Veja na íntegra o comunicado: 

O Campeonato Brasileiro da Série A – o nosso conhecido Brasileirão – e a Seleção Brasileira são usados com frequência por alguns oportunistas para ataques à CBF. Quando se fala em futebol brasileiro, porém, é preciso ser menos simplório, ou primário, para atribuir alguma seriedade ao debate. Caso contrário, esses críticos de plantão vão continuar no mesmo lugar de sempre, ou seja, críticos de plantão.

A CBF vem aumentando seus investimentos em todas as categorias do futebol. Em 2010, a entidade organizava seis campeonatos. Este ano, serão 13 competições: sete profissionais, dois de futebol feminino e quatro da categoria de base. O número de torneios aumentou 117% em cinco anos.

Enquanto alguns personagens perdem tempo com críticas infundadas, a CBF está preocupada em viabilizar os Campeonatos Brasileiros das séries A, B, C e D, Copa do Brasil, Copa do Nordeste, Copa Verde, Copa do Brasil de Futebol Feminino, Campeonato Brasileiro de Futebol Feminino, Campeonato Brasileiro Sub-20, Copa do Brasil Sub-20, Copa do Brasil Sub-17 e Copa do Nordeste Sub-20.

A maioria dos campeonatos dessa lista e inúmeros estaduais são deficitários e só existem graças a subsídios da CBF. Em 2014, o valor investido pela CBF chegou a quase R$ 100 milhões, diretamente nas competições ou subvencionando as Federações Estaduais para promoção de seus campeonatos.

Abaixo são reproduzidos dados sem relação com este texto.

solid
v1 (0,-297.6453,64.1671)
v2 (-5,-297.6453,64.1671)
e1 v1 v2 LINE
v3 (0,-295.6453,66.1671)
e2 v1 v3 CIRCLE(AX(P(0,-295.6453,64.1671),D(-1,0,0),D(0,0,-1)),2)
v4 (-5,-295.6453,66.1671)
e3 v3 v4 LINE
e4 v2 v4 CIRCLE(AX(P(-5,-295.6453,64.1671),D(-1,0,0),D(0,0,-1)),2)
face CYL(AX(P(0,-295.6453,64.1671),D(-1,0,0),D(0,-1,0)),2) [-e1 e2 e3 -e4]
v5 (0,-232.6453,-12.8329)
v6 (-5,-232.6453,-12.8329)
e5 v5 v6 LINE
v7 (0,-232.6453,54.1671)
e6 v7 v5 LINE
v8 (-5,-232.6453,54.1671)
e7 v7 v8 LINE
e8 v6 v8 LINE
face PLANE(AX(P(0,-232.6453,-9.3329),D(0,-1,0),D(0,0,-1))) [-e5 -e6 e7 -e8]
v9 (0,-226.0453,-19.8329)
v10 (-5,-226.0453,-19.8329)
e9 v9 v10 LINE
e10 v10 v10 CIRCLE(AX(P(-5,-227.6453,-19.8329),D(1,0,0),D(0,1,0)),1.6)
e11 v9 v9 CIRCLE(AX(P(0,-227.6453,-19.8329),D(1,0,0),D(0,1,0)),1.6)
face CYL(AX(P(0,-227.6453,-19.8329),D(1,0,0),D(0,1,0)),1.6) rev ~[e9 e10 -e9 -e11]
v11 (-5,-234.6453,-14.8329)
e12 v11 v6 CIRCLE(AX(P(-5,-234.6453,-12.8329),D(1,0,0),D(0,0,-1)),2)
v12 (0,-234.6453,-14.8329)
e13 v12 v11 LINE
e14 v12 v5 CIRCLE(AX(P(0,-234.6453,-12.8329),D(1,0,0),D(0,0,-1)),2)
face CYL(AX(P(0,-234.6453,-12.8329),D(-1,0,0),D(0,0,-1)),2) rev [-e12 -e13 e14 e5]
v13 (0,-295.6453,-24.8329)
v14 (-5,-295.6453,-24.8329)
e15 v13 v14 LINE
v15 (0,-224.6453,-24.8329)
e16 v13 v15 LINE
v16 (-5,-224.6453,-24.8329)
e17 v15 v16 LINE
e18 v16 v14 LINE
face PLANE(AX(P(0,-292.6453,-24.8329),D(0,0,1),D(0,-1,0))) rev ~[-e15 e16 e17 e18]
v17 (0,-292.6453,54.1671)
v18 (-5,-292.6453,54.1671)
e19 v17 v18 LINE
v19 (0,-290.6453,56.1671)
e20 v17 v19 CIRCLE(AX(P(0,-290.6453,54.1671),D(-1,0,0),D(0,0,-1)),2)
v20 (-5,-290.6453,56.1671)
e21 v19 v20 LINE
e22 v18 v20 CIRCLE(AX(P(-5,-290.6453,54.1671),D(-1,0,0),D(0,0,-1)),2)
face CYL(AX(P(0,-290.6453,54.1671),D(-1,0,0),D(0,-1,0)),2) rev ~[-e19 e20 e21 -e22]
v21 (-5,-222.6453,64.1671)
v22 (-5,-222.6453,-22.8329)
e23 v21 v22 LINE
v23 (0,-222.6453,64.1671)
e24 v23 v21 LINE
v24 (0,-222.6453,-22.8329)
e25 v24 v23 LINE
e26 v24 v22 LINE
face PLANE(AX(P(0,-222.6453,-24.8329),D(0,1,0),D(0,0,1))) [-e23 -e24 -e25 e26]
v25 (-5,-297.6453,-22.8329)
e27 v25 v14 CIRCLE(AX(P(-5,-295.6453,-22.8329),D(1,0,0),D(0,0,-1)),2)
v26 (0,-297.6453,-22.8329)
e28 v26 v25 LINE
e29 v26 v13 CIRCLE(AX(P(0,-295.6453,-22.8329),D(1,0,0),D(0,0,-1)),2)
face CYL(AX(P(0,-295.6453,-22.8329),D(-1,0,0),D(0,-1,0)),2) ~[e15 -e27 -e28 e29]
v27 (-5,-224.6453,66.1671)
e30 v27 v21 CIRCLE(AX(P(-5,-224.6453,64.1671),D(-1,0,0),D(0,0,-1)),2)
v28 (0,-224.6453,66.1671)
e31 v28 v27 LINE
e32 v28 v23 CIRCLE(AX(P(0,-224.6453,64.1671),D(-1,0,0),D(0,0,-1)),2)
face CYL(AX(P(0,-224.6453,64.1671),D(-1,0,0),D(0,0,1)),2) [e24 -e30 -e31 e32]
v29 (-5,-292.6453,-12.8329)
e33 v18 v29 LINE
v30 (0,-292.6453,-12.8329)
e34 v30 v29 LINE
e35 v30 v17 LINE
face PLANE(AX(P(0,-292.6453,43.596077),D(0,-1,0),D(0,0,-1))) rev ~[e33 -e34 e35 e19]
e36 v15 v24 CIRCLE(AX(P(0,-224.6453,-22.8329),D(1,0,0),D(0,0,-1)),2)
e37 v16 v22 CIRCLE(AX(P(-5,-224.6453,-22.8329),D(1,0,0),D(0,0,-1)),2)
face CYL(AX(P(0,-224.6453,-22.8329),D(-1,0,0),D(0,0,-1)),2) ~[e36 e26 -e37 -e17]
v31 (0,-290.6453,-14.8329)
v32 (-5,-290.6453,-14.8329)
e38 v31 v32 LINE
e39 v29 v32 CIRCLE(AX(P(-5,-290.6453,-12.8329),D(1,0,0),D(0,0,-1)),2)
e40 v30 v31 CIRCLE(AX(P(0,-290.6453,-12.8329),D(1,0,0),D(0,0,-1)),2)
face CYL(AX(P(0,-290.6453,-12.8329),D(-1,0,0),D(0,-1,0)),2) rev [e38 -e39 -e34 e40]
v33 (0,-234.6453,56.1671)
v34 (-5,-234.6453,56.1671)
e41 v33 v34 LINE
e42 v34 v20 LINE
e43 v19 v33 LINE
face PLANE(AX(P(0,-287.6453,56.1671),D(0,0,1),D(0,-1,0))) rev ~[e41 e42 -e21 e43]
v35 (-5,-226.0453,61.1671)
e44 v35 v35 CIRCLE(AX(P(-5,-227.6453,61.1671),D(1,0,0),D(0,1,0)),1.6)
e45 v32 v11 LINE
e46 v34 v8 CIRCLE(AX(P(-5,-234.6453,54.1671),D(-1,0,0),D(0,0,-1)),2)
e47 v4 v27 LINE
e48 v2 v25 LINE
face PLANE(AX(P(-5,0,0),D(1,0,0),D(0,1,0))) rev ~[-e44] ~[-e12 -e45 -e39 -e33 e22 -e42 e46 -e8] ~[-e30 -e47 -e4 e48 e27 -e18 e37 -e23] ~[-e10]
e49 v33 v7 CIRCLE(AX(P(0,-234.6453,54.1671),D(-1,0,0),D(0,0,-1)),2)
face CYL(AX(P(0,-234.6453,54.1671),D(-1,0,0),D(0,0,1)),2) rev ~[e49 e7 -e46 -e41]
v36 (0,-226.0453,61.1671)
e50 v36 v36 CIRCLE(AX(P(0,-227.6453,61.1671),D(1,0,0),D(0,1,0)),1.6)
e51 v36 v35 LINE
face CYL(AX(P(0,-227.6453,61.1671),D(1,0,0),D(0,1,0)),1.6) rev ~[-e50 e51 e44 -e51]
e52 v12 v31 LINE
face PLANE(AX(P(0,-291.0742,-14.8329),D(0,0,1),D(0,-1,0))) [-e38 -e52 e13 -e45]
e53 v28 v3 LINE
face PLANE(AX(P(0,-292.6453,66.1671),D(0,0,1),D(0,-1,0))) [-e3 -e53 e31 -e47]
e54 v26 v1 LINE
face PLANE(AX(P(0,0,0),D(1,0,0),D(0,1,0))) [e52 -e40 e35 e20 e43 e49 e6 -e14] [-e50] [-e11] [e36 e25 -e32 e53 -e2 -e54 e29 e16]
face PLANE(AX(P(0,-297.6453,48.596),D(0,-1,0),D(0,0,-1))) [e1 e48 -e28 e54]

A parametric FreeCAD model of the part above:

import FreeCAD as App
import Part
import Sketcher

V = App.Vector
Q = App.Units.Quantity


def edges_at(feature, points):
    """Names of the edges that pass closest to the given points."""
    edges = feature.Shape.Edges
    near = lambda p: min(range(len(edges)), key=lambda i: edges[i].distToShape(Part.Vertex(*p))[0])
    return sorted({f"Edge{near(p) + 1}" for p in points})


def add_polygon(sketch, points):
    """Adds a closed chain of lines whose ends are joined by coincident constraints."""
    first, n = sketch.GeometryCount, len(points)
    for a, b in zip(points, points[1:] + points[:1]):
        sketch.addGeometry(Part.LineSegment(App.Vector(*a, 0), App.Vector(*b, 0)), False)
    for i in range(n):
        sketch.addConstraint(Sketcher.Constraint("Coincident", first + i, 2, first + (i + 1) % n, 1))

doc = App.newDocument("Part")
body = doc.addObject("PartDesign::Body", "Body")

sketch1 = body.newObject("Sketcher::SketchObject", "Sketch")
sketch1.AttachmentSupport = (doc.getObject("YZ_Plane"), [""])
sketch1.MapMode = "FlatFace"
add_polygon(sketch1, [(-297.6, -24.8), (-222.6, -24.8), (-222.6, 66.2), (-297.6, 66.2)])
add_polygon(sketch1, [(-292.6, 56.2), (-232.6, 56.2), (-232.6, -14.8), (-292.6, -14.8)])
sketch1.addGeometry(Part.Circle(V(-227.6, -19.8, 0), V(0, 0, 1), 1.6), False)
sketch1.addGeometry(Part.Circle(V(-227.6, 61.2, 0), V(0, 0, 1), 1.6), False)
sketch1.addConstraint([
    Sketcher.Constraint("Horizontal", 0),
    Sketcher.Constraint("Vertical", 1),
    Sketcher.Constraint("Horizontal", 2),
    Sketcher.Constraint("Vertical", 3),
    Sketcher.Constraint("Horizontal", 4),
    Sketcher.Constraint("Vertical", 5),
    Sketcher.Constraint("Horizontal", 6),
    Sketcher.Constraint("Vertical", 7),
    Sketcher.Constraint("Equal", 8, 9),
    Sketcher.Constraint("Vertical", 8, 3, 9, 3),
    Sketcher.Constraint("Diameter", 8, Q("3.2 mm")),
    Sketcher.Constraint("DistanceX", 8, 3, 0, 2, Q("5 mm")),
    Sketcher.Constraint("DistanceY", 0, 2, 8, 3, Q("5 mm")),
    Sketcher.Constraint("DistanceY", 9, 3, 1, 2, Q("5 mm")),
    Sketcher.Constraint("DistanceX", 4, 2, 9, 3, Q("5 mm")),
    Sketcher.Constraint("DistanceY", 4, 2, 9, 3, Q("5 mm")),
    Sketcher.Constraint("DistanceY", 8, 3, 5, 2, Q("5 mm")),
    Sketcher.Constraint("DistanceX", 3, 2, 6, 2, Q("5 mm")),
    Sketcher.Constraint("DistanceX", 0, 1, 0, 2, Q("75 mm")),
    Sketcher.Constraint("DistanceY", 1, 1, 1, 2, Q("91 mm")),
    Sketcher.Constraint("DistanceY", 8, 3, -1, 1, Q("19.833 mm")),
    Sketcher.Constraint("DistanceX", 8, 3, -1, 1, Q("227.6453 mm")),
])
pad1 = body.newObject("PartDesign::Pad", "Pad")
pad1.Profile = sketch1
pad1.Length = 5
pad1.Reversed = True
doc.recompute()

fillet = body.newObject("PartDesign::Fillet", "Fillet")
fillet.Base = (pad1, edges_at(pad1, [
    (-2.5, -297.645, 66.167),
    (-2.5, -222.645, 66.167),
    (-2.5, -222.645, -24.833),
    (-2.5, -297.645, -24.833),
    (-2.5, -292.645, -14.833),
    (-2.5, -232.645, -14.833),
    (-2.5, -232.645, 56.167),
    (-2.5, -292.645, 56.167),
]))
fillet.Radius = 2

doc.recompute()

O dinheiro gasto pela CBF nesses campeonatos deficitários garante a continuidade de mais de 200 clubes e gera emprego para cerca de 4.500 atletas de todo o país.

Com recursos próprios, a CBF possibilitou a criação da Seleção Brasileira Feminina permanente, dedicada à preparação para a Copa do Mundo deste ano e a Olimpíadas Rio 2016, entre outros compromissos oficiais. As jogadoras recebem salário e podem se concentrar nos treinamentos e na evolução do desempenho, na busca incessante pelo inédito ouro olímpico. O mesmo esforço é direcionado às seleções de base, formadoras do espírito vitorioso de jovens responsáveis pelas futuras conquistas dessa nação pentacampeã mundial.

O Brasil tem extensão continental e é preciso que se abra oportunidades para que atletas de todos os lugares possam exercer a sua profissão. Estamos retomando as competições regionais em locais com legião de torcedores apaixonados por futebol que, antes, não contavam com campeonatos chancelados pela CBF.

A prioridade da CBF neste momento não é apenas o desempenho financeiro, mas, sim, imprimir uma gestão moderna, transparente e social. Com este espírito, a CBF tem aumentado expressivamente o investimento em mais e melhores competições e, em última instância, estimulando o fomento do futebol como um todo.

As 13 competições de 2015 terão, ao todo, 1.804 partidas, um número 51% superior aos 1.192 jogos de cinco anos atrás. Os recursos da CBF são utilizados de forma organizada e dentro da lei. Só em 2014, foram pagos mais de R$ 36 milhões em impostos. O objetivo é estimular e fortalecer o futebol no país inteiro. E isso não entra na cabeça de quem enxerga apenas algumas partes do nosso mapa, que estão de costas para o verdadeiro Brasil.